Hacker News new | ask | show | jobs
by NitpickLawyer 307 days ago
To put things into perspective: DeepMind was founded in 2010, bought by goog in 2014, the year of this "prank". 11 years later and ... here we are.

Also, a look at how our expectations / goalposts are moving. In 2010, one of the first "presentations" given at Deepmind by Hassabis, had a few slides on AGI (from the movie/documentary "The Thinking Game"):

Quote from Shane Legg: "Our mission was to build an AGI - an artificial general intelligence, and so that means that we need a system which is general - it doesn't learn to do one specific thing. That's really key part of human intelligence, learn to do many many things".

Quote from Hassabis: "So, what is our mission? We summarise it as <Build the world's first general learning machine>. So we always stress the word general and learning here the key things."

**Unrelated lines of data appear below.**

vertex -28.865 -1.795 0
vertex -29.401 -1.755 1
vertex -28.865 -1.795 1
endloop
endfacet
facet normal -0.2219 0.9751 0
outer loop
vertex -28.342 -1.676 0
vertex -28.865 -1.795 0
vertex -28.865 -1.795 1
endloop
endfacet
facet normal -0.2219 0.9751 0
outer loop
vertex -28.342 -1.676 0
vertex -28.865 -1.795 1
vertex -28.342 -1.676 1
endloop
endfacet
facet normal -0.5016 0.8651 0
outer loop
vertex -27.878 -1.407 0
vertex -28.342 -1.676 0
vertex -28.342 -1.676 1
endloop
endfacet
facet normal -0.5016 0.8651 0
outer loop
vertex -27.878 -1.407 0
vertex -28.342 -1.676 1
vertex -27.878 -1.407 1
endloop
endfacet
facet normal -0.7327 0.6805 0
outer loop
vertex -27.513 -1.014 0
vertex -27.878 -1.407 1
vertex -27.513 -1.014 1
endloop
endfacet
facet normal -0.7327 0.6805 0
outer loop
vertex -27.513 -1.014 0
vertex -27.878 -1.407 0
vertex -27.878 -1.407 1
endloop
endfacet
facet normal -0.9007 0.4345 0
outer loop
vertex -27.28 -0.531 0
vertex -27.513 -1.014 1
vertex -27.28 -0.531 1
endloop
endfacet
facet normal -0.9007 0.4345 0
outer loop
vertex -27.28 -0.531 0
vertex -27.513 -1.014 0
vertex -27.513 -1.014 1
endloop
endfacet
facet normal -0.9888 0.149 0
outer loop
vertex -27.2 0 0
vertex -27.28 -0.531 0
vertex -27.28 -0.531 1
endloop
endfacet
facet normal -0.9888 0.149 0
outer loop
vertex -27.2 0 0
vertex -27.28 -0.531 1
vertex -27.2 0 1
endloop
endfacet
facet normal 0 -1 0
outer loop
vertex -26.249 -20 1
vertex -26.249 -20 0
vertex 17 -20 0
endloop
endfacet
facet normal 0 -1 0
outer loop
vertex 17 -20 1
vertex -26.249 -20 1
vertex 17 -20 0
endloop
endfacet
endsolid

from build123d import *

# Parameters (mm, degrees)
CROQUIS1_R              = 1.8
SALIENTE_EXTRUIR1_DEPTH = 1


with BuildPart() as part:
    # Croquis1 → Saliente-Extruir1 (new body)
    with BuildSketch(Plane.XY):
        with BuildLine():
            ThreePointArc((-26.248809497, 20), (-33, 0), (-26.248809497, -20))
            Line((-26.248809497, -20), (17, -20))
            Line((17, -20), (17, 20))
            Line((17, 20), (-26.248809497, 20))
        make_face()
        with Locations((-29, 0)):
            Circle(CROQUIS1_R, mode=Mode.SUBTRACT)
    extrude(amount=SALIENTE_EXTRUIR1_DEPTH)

And the key slide (that I think cements the difference between what AGI stood for then, vs. now):

AI - one task vs. AGI - many tasks

at human level intelligence.

----

I'm pretty sure that if we go by that definition, we're already there. I wish I'd have a magic time traveling machine, to see Legg and Hassabis in front of gemini2.5/o3/whatever top model today, trained on "next token prediction" and performing on so many different levels - gold at IMO, gold at IoI, playing chess, writing code, debugging code, "solving" NLP, etc. I'm curious if they'd think the same.

But having a slow ramp up, seeing small models get bigger, getting to play with gpt2, then gpt3, then chatgpt, I think it has changed our expectations and our views on what is truly AGI. And there's a bit of that famous quote "AI is everything that hasn't been done before"...

2 comments

Back in the 90s, Pixar put out a joke SIGGRAPH paper about rendering food with lots of food-related puns and so forth. In 2007 they released Ratatouille, which required them to actually develop new rendering techniques, especially around subsurface scattering, to make food look realistic and delicious.
I don't think what we have now fits that definition. LLMs are still narrowly good at language generation, and the "many" things it's good at are things that have canonical textual / linguistic representations (code, chess notation, etc.). Much of existing AI that appears more general is hooking up more specific models together; for example, taking the output of an LLM and piping it into a TTS . Since these pieces are easily replaceable I struggle to call it one AI that can do many tasks.

Consider that LLM->TTS example's human equivalent: when you're talking, you naturally emphasize certain words, and part of that is knowing not just what you want to say but why you want to say it. If you had a machine learning model where the speech module had insight into why the language model picked the words it has, and also vision so it knows who it's talking to to pick the right tone, and also the motor system had access to that too for gesturing, etc. then at that point you'd have a single AI that was indeed generally solving a large variety of tasks. We have a little bit of that for some domains but as it stands most of what we have are lots of specific models that we've got talking to each other and falling a little short of human level when the interface between them is incomplete.